According to the survey, out of 43 per cent of the employed survivors, 12 per cent returned to garments and another 12 per cent involved in tailoring. “The majority of the survivors have an average expenditure of over Taka 10,000 with major costs incurred for food, followed by house rent, children’s education and treatment. It needs to be noted that, income of most of the employed survivors have drastically decreased due the impacts of the pandemic,” the survey stated while adding that a total of 37.5 per cent of the survivors said their household income was between Taka 5,001–Taka 10,300 while 29.5 per cent had a household income between Taka 10,300-Taka 15,300.
Speaking at the virtual event, Parliament member Shirin Akhter said that trade unions, employers and the Government can work together to create a good working environment, transparency, and accountability in the factories while adding, “If we can confirm all these things, we can say that we have been able to bring positive change by learning from the horrors of the Rana Plaza incident.”

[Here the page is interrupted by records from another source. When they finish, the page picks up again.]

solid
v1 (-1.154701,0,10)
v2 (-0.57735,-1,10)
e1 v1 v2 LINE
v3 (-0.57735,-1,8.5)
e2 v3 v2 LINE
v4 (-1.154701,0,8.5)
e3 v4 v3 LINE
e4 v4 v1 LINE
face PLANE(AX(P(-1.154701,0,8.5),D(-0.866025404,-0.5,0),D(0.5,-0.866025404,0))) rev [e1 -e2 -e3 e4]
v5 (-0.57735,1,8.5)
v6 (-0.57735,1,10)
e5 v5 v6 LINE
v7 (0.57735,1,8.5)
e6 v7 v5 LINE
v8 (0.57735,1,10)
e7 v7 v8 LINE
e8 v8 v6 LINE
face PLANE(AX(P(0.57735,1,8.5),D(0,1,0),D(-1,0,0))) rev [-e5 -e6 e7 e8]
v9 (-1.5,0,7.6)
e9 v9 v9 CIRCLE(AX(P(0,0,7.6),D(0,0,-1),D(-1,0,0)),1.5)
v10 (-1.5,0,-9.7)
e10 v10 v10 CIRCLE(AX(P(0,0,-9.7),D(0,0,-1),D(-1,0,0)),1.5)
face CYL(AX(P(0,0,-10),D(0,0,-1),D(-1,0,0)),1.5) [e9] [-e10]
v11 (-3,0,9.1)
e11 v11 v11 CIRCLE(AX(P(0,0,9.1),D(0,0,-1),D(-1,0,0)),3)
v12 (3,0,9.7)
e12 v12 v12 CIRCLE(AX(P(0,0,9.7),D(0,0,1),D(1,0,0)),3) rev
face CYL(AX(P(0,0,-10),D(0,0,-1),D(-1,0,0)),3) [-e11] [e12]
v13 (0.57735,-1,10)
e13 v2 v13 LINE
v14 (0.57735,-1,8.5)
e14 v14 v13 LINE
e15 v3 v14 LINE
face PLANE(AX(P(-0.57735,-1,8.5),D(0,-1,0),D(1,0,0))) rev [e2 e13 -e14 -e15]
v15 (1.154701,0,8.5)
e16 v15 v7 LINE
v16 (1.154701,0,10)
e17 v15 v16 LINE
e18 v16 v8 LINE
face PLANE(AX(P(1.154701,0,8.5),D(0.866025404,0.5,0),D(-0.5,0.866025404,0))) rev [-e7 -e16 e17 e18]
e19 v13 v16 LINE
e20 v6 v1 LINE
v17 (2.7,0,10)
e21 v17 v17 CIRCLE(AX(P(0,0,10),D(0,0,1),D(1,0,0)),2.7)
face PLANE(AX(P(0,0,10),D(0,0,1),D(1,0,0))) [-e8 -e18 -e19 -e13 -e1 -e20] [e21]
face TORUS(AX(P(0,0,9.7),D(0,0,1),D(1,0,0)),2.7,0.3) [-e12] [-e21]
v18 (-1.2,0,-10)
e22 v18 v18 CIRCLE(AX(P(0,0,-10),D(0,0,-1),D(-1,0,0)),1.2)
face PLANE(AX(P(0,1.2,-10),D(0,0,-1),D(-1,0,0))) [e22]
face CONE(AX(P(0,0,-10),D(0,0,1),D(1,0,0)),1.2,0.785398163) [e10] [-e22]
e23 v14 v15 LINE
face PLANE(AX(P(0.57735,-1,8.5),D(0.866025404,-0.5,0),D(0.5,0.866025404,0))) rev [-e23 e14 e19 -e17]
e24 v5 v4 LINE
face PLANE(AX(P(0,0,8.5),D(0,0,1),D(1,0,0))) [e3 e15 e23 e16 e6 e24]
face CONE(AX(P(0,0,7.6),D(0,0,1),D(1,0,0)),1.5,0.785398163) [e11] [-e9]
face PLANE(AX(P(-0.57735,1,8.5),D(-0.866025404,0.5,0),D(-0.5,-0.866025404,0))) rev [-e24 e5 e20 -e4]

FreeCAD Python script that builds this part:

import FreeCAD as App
import Part
import Sketcher

V = App.Vector
Q = App.Units.Quantity


def edges_at(feature, points):
    """Names of the edges that pass closest to the given points."""
    edges = feature.Shape.Edges
    near = lambda p: min(range(len(edges)), key=lambda i: edges[i].distToShape(Part.Vertex(*p))[0])
    return sorted({f"Edge{near(p) + 1}" for p in points})

doc = App.newDocument("Part")
params = doc.addObject("Spreadsheet::Sheet", "Params")
for row, (alias, value) in enumerate([
    ("sketch1_width", "3 mm"),
    ("sketch1_height", "20 mm"),
    ("sketch1_width2", "1.2 mm"),
    ("sketch1_height2", "17.3 mm"),
    ("revolution_angle", "360 deg"),
    ("pocket1_length", "1.5 mm"),
    ("fillet_radius", "0.3 mm"),
], start=1):
    params.set(f"A{row}", alias)
    params.set(f"B{row}", "=" + value)
    params.setAlias(f"B{row}", alias)

body = doc.addObject("PartDesign::Body", "Body")

# Sketch on YZ plane
sketch1 = body.newObject("Sketcher::SketchObject", "Sketch")
sketch1.AttachmentSupport = (doc.getObject("YZ_Plane"), [""])
sketch1.MapMode = "FlatFace"
sketch1.addGeometry([
    Part.LineSegment(V(3, 10, 0), V(0, 10, 0)),  # 0
    Part.LineSegment(V(0, 10, 0), V(0, -10, 0)),  # 1
    Part.LineSegment(V(0, -10, 0), V(1.2, -10, 0)),  # 2
    Part.LineSegment(V(1.2, -10, 0), V(1.5, -9.7, 0)),  # 3
    Part.LineSegment(V(1.5, -9.7, 0), V(1.5, 7.6, 0)),  # 4
    Part.LineSegment(V(1.5, 7.6, 0), V(3, 9.1, 0)),  # 5
    Part.LineSegment(V(3, 9.1, 0), V(3, 10, 0)),  # 6
], False)
sketch1.addConstraint([
    Sketcher.Constraint("Coincident", 0, 2, 1, 1),
    Sketcher.Constraint("Coincident", 1, 2, 2, 1),
    Sketcher.Constraint("Coincident", 2, 2, 3, 1),
    Sketcher.Constraint("Coincident", 3, 2, 4, 1),
    Sketcher.Constraint("Coincident", 4, 2, 5, 1),
    Sketcher.Constraint("Coincident", 5, 2, 6, 1),
    Sketcher.Constraint("Coincident", 6, 2, 0, 1),
    Sketcher.Constraint("Horizontal", 0),
    Sketcher.Constraint("Vertical", 1),
    Sketcher.Constraint("Horizontal", 2),
    Sketcher.Constraint("Vertical", 4),
    Sketcher.Constraint("Vertical", 6),
    Sketcher.Constraint("Symmetric", 0, 2, 1, 2, -1, 1),
    Sketcher.Constraint("Parallel", 3, 5),
    Sketcher.Constraint("DistanceX", 0, 2, 0, 1, 3.0),
    Sketcher.Constraint("DistanceY", 1, 2, 1, 1, 20.0),
    Sketcher.Constraint("Angle", 3, Q("45 deg")),
    Sketcher.Constraint("DistanceX", 2, 1, 2, 2, 1.2),
    Sketcher.Constraint("DistanceY", 4, 1, 4, 2, 17.3),
    Sketcher.Constraint("DistanceX", -1, 1, 3, 2, 1.5),
])
sketch1.setExpression("Constraints[14]", "Params.sketch1_width")
sketch1.setExpression("Constraints[15]", "Params.sketch1_height")
sketch1.setExpression("Constraints[17]", "Params.sketch1_width2")
sketch1.setExpression("Constraints[18]", "Params.sketch1_height2")
revolution = body.newObject("PartDesign::Revolution", "Revolution")
revolution.Profile = sketch1
revolution.ReferenceAxis = (sketch1, ["V_Axis"])
revolution.setExpression("Angle", "Params.revolution_angle")

# Sketch on XY plane
sketch2 = body.newObject("Sketcher::SketchObject", "Sketch001")
sketch2.AttachmentSupport = (doc.getObject("XY_Plane"), [""])
sketch2.MapMode = "FlatFace"
sketch2.AttachmentOffset = App.Placement(V(0, 0, 10), App.Rotation())
sketch2.addGeometry([
    Part.LineSegment(V(1.2, 0, 0), V(0.6, 1, 0)),  # 0
    Part.LineSegment(V(0.6, 1, 0), V(-0.6, 1, 0)),  # 1
    Part.LineSegment(V(-0.6, 1, 0), V(-1.2, 0, 0)),  # 2
    Part.LineSegment(V(-1.2, 0, 0), V(-0.6, -1, 0)),  # 3
    Part.LineSegment(V(-0.6, -1, 0), V(0.6, -1, 0)),  # 4
    Part.LineSegment(V(0.6, -1, 0), V(1.2, 0, 0)),  # 5
], False)
sketch2.addConstraint([
    Sketcher.Constraint("Coincident", 0, 2, 1, 1),
    Sketcher.Constraint("Coincident", 1, 2, 2, 1),
    Sketcher.Constraint("Coincident", 2, 2, 3, 1),
    Sketcher.Constraint("Coincident", 3, 2, 4, 1),
    Sketcher.Constraint("Coincident", 4, 2, 5, 1),
    Sketcher.Constraint("Coincident", 5, 2, 0, 1),
    Sketcher.Constraint("Horizontal", 1),
    Sketcher.Constraint("Horizontal", 4),
    Sketcher.Constraint("Symmetric", 0, 2, 3, 2, -1, 1),
    Sketcher.Constraint("Symmetric", 2, 2, 5, 2, -1, 1),
    Sketcher.Constraint("PointOnObject", 2, 2, -1),
    Sketcher.Constraint("Parallel", 2, 5),
    Sketcher.Constraint("Vertical", 1, 2, 3, 2),
    Sketcher.Constraint("Angle", 0, Q("120 deg")),
    Sketcher.Constraint("DistanceY", -1, 1, 0, 2, 1.0),
    Sketcher.Constraint("DistanceX", 1, 2, 1, 1, 1.154701),
])
pocket1 = body.newObject("PartDesign::Pocket", "Pocket")
pocket1.Profile = sketch2
pocket1.setExpression("Length", "Params.pocket1_length")
doc.recompute()

fillet = body.newObject("PartDesign::Fillet", "Fillet")
fillet.Base = (pocket1, edges_at(pocket1, [(3, 0, 10)]))
fillet.setExpression("Radius", "Params.fillet_radius")

doc.recompute()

Meanwhile, Country Director of the International Labour Organisation, Tuomo Poutiainen, called for a new way of thinking about social security during the pandemic even as Research Director of the Centre for Policy Dialogue (CPD), Khondokar Golam Moazzem, on his part, reportedly said that even though the survivors received some financial assistance, the process of reintegration of injured workers in the formal sector had not been introduced.
“It is disappointing that Bangladesh has yet to come up with an effective employment scheme although many years of Rana Plaza collapse have passed,” further added Cluster Coordinator of GIZ Werner Lange.
So, going by the findings of the survey and the views as expressed by the experts, one may maintain that even though a world of transformation has taken place in the Bangladesh garment industry over the years since the Rana Plaza incident in terms of workplace safety, security and sustainability, however, a lot is perhaps required still when it comes to ensuring the well-being of Rana Plaza survivors and hopefully stakeholders, in the days to come, would do even more to take care of them and ensure their welfare.